----- THE RECORDS

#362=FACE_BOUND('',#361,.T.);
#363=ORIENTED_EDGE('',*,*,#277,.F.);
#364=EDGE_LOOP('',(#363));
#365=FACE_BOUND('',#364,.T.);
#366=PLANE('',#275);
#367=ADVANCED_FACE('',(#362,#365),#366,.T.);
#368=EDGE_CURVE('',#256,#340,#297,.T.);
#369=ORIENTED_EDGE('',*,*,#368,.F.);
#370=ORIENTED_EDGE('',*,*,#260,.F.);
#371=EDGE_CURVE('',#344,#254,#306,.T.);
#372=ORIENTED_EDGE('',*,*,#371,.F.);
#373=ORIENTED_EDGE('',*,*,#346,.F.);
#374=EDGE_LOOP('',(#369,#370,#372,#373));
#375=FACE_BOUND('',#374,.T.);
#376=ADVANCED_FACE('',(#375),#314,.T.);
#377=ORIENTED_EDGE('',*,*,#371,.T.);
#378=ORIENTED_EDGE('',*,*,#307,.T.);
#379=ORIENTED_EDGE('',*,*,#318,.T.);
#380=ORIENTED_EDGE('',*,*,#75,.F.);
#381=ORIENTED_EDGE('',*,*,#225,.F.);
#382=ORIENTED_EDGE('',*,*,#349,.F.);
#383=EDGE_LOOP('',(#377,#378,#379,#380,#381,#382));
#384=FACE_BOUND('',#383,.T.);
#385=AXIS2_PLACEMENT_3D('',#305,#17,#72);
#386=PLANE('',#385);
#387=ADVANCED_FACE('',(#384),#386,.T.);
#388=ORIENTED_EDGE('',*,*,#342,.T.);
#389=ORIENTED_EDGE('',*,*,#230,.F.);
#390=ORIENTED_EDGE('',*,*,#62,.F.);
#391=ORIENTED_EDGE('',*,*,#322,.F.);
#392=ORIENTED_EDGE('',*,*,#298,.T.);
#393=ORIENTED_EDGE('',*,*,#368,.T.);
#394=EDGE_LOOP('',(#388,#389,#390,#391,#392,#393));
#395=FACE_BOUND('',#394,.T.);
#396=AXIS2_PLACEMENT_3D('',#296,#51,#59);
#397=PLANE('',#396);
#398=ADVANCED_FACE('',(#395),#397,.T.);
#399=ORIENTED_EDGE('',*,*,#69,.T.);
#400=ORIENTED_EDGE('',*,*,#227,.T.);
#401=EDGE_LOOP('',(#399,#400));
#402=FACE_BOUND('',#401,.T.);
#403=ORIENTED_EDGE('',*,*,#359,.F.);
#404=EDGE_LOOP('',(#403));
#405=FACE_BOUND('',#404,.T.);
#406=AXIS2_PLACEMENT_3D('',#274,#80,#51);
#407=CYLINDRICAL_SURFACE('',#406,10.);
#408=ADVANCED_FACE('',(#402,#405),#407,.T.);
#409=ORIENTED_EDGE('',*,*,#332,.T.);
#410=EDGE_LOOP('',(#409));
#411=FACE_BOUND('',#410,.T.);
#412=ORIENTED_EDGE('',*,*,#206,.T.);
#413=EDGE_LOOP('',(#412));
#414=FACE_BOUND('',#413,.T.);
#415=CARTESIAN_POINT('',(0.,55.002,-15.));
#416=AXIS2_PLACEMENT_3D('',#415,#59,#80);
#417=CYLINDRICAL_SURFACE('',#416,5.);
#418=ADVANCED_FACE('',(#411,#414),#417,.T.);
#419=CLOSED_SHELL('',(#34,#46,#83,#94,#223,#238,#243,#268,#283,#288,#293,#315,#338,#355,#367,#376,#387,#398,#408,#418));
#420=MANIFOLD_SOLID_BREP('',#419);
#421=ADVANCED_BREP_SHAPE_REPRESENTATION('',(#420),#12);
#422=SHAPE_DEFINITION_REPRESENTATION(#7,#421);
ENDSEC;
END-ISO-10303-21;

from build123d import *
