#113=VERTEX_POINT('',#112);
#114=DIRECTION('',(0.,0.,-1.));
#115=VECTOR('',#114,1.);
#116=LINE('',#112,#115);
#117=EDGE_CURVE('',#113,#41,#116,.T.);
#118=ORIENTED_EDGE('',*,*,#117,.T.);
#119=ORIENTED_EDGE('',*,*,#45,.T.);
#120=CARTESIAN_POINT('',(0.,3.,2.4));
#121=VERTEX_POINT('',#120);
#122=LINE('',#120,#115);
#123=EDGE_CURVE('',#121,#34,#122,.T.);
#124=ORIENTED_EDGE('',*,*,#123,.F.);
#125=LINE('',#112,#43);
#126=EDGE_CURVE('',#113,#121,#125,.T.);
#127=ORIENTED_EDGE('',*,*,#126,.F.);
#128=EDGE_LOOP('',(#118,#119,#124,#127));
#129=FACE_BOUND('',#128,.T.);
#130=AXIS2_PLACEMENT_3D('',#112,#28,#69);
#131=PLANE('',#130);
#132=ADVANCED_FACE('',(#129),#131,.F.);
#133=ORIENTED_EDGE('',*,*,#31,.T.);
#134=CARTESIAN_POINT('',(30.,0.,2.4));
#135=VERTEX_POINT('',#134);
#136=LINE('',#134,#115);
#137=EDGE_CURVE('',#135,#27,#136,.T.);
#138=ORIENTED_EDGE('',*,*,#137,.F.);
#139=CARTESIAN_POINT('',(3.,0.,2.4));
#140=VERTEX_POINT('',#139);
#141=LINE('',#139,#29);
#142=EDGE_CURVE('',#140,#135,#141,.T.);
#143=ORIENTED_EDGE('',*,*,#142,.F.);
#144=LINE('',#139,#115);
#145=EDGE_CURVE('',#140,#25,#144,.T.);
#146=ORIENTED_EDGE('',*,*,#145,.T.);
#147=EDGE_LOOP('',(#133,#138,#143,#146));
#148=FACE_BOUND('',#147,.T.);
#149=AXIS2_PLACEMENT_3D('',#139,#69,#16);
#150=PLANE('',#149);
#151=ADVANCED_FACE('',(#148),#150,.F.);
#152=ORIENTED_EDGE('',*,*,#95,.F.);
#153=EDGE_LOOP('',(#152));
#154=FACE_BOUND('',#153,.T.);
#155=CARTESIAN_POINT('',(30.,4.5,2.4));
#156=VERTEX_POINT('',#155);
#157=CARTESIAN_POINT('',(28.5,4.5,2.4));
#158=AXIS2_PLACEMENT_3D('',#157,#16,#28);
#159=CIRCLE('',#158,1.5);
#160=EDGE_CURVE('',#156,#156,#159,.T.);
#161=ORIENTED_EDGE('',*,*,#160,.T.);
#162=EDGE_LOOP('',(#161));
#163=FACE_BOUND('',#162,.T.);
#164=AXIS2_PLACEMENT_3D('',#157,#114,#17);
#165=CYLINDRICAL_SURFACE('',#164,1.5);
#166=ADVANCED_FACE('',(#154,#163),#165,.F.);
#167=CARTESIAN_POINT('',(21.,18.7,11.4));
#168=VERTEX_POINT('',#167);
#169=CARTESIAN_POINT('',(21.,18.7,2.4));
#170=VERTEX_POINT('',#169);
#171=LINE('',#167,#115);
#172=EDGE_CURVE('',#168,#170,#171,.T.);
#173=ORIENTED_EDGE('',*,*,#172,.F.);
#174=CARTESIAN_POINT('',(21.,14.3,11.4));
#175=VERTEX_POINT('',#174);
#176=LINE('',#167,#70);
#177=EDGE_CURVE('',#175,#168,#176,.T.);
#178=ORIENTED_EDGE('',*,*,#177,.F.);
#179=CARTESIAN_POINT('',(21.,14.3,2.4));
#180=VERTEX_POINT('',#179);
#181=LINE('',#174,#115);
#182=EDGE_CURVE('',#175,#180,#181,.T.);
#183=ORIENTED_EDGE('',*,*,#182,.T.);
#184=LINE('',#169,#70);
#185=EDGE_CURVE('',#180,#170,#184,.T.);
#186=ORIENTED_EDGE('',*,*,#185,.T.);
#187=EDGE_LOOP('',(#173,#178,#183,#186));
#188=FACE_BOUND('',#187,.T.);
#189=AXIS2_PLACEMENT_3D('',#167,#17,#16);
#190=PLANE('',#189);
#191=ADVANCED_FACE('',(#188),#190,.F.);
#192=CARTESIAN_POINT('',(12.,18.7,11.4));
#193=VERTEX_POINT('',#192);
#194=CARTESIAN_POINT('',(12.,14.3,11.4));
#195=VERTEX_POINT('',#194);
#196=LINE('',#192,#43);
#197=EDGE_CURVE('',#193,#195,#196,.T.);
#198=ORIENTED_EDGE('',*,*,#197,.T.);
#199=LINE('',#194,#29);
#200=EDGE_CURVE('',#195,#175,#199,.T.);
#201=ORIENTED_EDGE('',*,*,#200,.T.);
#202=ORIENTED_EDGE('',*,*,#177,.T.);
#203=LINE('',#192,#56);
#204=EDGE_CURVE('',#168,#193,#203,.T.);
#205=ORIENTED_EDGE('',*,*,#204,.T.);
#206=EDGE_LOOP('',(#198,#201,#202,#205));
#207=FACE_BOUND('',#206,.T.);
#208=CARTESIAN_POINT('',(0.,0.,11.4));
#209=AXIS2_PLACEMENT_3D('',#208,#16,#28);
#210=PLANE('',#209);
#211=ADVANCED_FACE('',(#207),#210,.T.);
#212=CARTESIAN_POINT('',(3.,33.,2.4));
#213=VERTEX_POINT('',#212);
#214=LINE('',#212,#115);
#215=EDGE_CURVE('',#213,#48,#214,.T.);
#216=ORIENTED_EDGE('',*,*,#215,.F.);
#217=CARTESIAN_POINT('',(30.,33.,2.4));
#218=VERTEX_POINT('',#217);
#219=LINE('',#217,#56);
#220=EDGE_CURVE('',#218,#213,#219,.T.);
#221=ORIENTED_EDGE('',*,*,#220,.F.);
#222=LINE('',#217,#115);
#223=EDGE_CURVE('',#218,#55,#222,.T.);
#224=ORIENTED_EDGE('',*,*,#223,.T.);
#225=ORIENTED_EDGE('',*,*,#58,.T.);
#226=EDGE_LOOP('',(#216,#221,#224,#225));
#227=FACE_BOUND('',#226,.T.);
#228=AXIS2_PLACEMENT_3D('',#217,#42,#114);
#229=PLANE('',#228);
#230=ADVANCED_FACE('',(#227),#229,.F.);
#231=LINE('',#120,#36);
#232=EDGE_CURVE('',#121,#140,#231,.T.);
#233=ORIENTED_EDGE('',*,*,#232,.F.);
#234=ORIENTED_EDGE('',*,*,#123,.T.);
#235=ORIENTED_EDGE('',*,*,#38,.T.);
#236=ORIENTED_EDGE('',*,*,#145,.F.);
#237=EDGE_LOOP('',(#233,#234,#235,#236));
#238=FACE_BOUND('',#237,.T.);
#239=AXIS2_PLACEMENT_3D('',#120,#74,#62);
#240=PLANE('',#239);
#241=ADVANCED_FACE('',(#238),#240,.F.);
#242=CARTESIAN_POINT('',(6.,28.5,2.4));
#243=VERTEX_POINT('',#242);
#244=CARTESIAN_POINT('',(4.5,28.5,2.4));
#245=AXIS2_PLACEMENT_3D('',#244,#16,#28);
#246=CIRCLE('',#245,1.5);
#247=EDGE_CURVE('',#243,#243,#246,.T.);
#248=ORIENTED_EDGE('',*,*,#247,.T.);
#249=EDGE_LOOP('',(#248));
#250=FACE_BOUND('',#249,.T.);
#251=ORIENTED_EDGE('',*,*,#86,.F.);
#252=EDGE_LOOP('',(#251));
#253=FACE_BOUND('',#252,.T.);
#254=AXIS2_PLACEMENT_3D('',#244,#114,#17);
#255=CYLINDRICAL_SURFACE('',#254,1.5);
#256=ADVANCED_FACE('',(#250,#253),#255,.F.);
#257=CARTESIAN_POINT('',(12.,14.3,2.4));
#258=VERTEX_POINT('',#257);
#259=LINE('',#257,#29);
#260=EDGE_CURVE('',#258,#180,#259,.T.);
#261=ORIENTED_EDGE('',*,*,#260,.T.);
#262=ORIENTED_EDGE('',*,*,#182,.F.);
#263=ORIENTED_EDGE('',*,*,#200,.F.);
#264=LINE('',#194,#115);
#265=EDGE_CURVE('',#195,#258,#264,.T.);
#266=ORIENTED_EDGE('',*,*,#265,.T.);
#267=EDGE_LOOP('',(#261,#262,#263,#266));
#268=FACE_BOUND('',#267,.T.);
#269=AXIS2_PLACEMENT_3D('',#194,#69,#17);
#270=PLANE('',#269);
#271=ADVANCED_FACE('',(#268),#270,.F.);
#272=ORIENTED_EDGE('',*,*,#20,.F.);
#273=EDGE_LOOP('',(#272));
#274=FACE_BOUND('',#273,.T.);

----------

§ **WHAT THE EXERCISE ASKS**: Keeping every character as it is, restate the lines above that run from the line with "#229=PLANE('',#228);" through the line with "#253=FACE_BOUND('',#252,.T.);", both included, and nothing else.

§ **COMPLETED TASK**:
#229=PLANE('',#228);
#230=ADVANCED_FACE('',(#227),#229,.F.);
#231=LINE('',#120,#36);
#232=EDGE_CURVE('',#121,#140,#231,.T.);
#233=ORIENTED_EDGE('',*,*,#232,.F.);
#234=ORIENTED_EDGE('',*,*,#123,.T.);
#235=ORIENTED_EDGE('',*,*,#38,.T.);
#236=ORIENTED_EDGE('',*,*,#145,.F.);
#237=EDGE_LOOP('',(#233,#234,#235,#236));
#238=FACE_BOUND('',#237,.T.);
#239=AXIS2_PLACEMENT_3D('',#120,#74,#62);
#240=PLANE('',#239);
#241=ADVANCED_FACE('',(#238),#240,.F.);
#242=CARTESIAN_POINT('',(6.,28.5,2.4));
#243=VERTEX_POINT('',#242);
#244=CARTESIAN_POINT('',(4.5,28.5,2.4));
#245=AXIS2_PLACEMENT_3D('',#244,#16,#28);
#246=CIRCLE('',#245,1.5);
#247=EDGE_CURVE('',#243,#243,#246,.T.);
#248=ORIENTED_EDGE('',*,*,#247,.T.);
#249=EDGE_LOOP('',(#248));
#250=FACE_BOUND('',#249,.T.);
#251=ORIENTED_EDGE('',*,*,#86,.F.);
#252=EDGE_LOOP('',(#251));
#253=FACE_BOUND('',#252,.T.);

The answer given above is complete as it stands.